(Reuters) – Private equity firm Carlyle Group LP completed on Wednesday the sale of Metaldyne LLC for about $820 million to another buyout firm, its second divestment of a U.S. auto part supplier it picked up from bankruptcy in as many years.
Reuters reported in September that American Securities LLC was in the lead to buy Plymouth, Michigan-based Metaldyne for over $800 million from Carlyle. The two private equity firms announced the completion of the deal on Wednesday.
The sale of Metaldyne, three years after it filed for Chapter 11 bankruptcy protection, was agreed for $820 million plus related expenses, of which $296.5 million would be paid by American Securities as equity, Moody’s Investors Service Inc said on November 16.
Metaldyne makes metal-formed components and assemblies for powertrain applications, including engine connecting rods, transmission valve bodies and balance shaft modules.
High debt and a severe slump in vehicle production volumes in North America forced it into bankruptcy, but the company made an impressive comeback after it was taken over by Carlyle, which said on Wednesday it had exceeded its investment goals.
Metaldyne now boasts more than $1 billion in annual revenue and 4,000 employees in 13 countries. Its customers include all major automakers including General Motors Co, Ford Motor Co, Chrysler Group LLC and BMW AG.
“We teamed with Metaldyne at the height of the Great Recession and the North American automotive industry crisis, believing we could grow the company,” said Michael Stewart, co-head of Carlyle Strategic Partners, the Washington, D.C.-based firm’s distressed investment arm which runs three funds.
In December 2011, Carlyle Strategic Partners announced the sale of another auto parts supplier it had picked up from bankruptcy, Diversified Machine Inc. This was also sold to a private equity firm, Platinum Equity.
American Securities beat competition from Linamar Corp, Canada’s second-largest auto supplier, to acquire Metaldyne, people familiar with the matter previously told Reuters.
“We plan to continue on the growth trajectory that the company is on. We are in a very solid market in the U.S. and Asia for auto demand. Europe is soft, declining and rationalizing, we feel OK with that,” said American Securities director Kevin Penn.

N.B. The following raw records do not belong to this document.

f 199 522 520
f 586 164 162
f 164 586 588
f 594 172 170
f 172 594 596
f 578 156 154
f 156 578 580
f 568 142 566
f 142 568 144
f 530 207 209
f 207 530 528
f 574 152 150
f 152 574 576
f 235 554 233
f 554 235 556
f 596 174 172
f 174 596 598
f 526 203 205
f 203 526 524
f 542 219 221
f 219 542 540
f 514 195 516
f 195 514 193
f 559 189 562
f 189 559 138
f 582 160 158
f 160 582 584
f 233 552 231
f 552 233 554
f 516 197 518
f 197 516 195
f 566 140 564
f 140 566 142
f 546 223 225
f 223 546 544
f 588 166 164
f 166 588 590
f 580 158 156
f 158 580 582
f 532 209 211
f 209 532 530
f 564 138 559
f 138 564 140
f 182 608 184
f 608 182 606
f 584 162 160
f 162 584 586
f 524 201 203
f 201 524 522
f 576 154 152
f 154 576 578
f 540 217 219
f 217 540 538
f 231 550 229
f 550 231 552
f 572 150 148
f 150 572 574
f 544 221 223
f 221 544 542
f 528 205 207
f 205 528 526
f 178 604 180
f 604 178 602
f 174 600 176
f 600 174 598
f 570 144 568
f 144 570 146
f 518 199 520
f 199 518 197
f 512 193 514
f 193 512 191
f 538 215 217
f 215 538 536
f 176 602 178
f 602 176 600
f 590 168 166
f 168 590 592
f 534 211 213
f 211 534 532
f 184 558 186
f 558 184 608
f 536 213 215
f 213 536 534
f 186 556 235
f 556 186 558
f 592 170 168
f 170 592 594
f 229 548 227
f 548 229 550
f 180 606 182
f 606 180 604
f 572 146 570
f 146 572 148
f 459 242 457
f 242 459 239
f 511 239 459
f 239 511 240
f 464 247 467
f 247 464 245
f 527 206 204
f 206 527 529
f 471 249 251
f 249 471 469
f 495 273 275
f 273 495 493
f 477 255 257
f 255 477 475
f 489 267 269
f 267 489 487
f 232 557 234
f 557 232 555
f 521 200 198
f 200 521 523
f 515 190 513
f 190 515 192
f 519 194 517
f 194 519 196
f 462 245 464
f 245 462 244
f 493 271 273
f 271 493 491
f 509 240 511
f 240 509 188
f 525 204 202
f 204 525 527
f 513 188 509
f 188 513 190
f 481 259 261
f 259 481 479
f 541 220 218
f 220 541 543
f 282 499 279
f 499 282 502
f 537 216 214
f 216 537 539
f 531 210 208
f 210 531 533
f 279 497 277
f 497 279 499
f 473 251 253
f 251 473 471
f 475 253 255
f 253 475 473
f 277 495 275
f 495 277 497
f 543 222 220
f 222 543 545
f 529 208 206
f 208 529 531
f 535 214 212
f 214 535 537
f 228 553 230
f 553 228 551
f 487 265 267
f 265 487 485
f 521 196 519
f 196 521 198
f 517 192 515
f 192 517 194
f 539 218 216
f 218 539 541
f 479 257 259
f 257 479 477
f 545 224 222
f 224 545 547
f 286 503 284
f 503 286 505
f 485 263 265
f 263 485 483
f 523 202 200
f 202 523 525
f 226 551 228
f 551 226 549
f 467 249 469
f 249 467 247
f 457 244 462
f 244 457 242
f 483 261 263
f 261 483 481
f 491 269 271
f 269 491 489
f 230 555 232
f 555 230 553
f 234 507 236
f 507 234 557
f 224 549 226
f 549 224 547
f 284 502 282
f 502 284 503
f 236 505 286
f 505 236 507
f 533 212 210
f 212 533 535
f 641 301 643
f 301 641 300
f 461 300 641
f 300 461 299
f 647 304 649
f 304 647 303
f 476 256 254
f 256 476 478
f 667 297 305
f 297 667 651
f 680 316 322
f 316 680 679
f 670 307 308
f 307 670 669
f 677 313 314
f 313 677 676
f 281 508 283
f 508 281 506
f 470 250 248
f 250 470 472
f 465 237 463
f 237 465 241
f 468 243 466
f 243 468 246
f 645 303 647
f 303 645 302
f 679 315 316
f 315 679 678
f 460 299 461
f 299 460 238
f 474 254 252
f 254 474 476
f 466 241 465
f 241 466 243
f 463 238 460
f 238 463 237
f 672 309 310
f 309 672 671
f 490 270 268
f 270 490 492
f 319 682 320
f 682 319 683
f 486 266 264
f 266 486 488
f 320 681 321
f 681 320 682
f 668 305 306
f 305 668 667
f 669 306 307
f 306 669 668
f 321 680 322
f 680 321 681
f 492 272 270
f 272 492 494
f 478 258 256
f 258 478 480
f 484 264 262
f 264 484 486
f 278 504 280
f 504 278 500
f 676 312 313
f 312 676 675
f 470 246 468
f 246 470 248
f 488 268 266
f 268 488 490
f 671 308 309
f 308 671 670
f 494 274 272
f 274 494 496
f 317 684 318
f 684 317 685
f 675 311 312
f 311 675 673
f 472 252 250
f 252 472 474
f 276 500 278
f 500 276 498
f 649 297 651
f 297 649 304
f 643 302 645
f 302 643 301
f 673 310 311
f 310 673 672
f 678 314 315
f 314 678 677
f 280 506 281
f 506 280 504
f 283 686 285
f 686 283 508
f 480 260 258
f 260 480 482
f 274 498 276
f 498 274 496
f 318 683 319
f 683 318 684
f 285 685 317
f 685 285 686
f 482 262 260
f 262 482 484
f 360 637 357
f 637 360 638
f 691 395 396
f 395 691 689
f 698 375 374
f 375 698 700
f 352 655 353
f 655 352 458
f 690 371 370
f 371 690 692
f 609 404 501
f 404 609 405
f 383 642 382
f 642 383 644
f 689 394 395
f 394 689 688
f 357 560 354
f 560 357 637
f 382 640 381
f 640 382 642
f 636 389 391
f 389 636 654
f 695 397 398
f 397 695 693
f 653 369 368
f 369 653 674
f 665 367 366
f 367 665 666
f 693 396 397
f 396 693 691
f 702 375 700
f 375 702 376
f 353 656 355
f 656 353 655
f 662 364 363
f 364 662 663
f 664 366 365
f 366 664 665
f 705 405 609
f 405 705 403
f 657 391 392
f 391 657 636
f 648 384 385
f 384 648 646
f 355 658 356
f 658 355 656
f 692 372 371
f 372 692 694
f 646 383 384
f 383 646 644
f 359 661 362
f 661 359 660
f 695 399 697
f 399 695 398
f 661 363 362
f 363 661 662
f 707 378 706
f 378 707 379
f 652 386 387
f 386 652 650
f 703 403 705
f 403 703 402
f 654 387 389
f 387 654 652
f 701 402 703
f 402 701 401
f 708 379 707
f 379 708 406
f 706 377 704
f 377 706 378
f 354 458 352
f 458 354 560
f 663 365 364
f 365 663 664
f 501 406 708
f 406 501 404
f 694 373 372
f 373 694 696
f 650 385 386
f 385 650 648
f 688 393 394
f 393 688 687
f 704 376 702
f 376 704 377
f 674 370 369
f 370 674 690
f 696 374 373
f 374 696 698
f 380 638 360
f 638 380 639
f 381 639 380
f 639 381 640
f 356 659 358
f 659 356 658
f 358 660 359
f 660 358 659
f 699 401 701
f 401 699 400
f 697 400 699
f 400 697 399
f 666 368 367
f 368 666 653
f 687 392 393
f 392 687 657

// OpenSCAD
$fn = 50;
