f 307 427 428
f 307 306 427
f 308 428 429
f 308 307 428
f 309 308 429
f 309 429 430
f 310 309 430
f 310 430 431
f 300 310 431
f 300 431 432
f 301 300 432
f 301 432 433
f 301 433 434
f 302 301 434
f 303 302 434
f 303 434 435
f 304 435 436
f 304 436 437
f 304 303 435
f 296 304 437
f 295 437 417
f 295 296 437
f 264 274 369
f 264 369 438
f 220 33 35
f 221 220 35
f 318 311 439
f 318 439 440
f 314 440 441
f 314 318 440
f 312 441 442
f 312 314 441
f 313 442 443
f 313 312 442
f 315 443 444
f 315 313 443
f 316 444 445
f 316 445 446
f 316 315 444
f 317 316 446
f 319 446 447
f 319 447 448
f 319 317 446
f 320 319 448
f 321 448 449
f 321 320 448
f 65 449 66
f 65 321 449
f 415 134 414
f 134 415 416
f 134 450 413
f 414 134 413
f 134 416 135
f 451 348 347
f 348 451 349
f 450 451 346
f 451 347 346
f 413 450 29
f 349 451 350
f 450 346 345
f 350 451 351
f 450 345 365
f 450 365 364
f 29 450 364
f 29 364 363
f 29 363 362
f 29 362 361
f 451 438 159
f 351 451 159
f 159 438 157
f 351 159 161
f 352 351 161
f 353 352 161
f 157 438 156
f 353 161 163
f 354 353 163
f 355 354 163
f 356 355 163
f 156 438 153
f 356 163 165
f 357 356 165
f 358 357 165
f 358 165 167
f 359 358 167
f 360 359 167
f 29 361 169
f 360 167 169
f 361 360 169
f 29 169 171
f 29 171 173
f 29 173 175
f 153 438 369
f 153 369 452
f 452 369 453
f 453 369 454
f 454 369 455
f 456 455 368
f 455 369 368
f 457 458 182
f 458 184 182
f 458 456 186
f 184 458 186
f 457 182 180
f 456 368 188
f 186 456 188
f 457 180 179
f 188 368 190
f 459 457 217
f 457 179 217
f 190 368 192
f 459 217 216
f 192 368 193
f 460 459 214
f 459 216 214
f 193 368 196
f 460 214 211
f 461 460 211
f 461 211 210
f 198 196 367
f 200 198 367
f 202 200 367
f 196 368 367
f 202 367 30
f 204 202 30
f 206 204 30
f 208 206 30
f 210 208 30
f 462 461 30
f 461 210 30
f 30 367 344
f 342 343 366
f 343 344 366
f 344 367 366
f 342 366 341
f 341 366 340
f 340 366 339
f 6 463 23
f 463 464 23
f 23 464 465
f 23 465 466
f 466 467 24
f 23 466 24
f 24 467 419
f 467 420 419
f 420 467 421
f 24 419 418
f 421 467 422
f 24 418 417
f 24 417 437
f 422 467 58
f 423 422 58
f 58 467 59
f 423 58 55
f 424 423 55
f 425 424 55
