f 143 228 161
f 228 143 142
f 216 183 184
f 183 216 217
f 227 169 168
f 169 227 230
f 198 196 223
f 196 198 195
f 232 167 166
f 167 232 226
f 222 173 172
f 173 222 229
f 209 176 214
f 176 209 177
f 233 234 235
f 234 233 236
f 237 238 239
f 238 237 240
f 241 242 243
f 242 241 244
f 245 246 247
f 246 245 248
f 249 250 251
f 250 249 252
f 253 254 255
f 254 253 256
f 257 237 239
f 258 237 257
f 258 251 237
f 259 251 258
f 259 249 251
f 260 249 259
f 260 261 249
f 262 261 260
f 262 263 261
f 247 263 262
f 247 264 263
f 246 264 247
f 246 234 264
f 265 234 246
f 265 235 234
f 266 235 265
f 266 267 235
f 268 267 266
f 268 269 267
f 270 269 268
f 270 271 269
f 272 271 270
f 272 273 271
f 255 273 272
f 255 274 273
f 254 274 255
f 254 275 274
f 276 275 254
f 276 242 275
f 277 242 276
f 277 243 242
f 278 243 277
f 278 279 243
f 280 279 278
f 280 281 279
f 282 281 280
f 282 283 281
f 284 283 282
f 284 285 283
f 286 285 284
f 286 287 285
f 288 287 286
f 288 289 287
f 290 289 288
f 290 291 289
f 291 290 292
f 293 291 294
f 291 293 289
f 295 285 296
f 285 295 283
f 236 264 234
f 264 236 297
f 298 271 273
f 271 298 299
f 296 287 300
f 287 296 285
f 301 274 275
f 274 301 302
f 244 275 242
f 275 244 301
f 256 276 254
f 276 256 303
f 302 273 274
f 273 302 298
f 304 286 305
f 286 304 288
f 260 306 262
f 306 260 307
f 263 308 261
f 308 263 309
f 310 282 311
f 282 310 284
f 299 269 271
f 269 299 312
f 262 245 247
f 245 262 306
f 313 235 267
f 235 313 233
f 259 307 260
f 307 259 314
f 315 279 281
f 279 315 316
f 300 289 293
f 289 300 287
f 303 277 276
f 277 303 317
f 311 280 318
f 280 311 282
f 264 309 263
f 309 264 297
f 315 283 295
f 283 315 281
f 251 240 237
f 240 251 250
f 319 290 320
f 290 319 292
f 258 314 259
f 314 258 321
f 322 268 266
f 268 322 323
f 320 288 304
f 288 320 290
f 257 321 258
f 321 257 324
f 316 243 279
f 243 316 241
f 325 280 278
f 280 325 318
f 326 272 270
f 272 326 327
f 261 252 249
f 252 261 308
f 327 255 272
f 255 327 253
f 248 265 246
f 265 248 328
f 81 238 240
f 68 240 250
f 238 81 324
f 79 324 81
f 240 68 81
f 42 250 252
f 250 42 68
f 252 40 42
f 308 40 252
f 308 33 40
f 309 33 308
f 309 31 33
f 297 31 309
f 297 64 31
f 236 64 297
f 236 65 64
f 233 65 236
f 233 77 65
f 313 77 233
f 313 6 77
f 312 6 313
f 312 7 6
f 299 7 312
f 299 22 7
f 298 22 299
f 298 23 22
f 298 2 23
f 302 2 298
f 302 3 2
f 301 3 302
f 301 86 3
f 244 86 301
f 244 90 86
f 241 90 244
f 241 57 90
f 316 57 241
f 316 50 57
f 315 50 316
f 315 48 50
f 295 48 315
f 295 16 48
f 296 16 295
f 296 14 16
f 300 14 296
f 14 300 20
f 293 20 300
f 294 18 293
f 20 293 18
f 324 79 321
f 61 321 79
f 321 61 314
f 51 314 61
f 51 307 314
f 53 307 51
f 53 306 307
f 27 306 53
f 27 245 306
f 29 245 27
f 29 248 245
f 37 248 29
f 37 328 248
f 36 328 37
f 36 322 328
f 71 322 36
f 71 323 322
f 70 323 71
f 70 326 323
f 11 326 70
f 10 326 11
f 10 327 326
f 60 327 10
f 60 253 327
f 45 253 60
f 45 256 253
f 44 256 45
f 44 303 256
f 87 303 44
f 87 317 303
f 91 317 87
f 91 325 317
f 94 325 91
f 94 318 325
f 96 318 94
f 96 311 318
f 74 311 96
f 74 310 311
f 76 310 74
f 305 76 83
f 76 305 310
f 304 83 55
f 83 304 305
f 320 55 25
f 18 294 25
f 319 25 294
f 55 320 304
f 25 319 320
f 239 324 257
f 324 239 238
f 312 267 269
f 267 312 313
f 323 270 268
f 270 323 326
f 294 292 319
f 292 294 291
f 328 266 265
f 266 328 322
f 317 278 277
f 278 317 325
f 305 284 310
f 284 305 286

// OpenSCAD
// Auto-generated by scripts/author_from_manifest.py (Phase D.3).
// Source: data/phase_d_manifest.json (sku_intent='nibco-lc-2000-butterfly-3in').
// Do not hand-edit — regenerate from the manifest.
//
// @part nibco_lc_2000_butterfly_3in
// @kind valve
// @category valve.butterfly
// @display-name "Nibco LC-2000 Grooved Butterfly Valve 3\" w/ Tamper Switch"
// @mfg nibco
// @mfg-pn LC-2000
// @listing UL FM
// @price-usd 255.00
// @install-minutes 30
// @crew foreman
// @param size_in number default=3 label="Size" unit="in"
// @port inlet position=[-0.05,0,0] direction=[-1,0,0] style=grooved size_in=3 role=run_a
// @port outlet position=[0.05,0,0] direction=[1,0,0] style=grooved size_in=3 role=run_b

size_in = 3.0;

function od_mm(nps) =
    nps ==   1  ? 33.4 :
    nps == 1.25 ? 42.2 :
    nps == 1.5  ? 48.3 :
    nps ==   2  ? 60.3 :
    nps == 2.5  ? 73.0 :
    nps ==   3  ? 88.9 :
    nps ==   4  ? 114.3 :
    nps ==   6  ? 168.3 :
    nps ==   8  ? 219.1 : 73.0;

New York-based American Securities in October acquired HHI Group Holdings, which makes forged parts, wheel bearings and powdered metal engine and transmission components for the automotive and industrial sectors, from KPS Capital Partners.
American Securities has no plans to merge HHI with Metaldyne. The private equity firm has been in hot pursuit of opportunities in the industrial sector after raising a $3.64 billion private equity fund in the summer.
Bank of America Merrill Lynch and Kirkland & Ellis LLP advised Metaldyne, while Nomura Securities and Weil, Gotshal & Manges LLP were advisors to American Securities on the deal.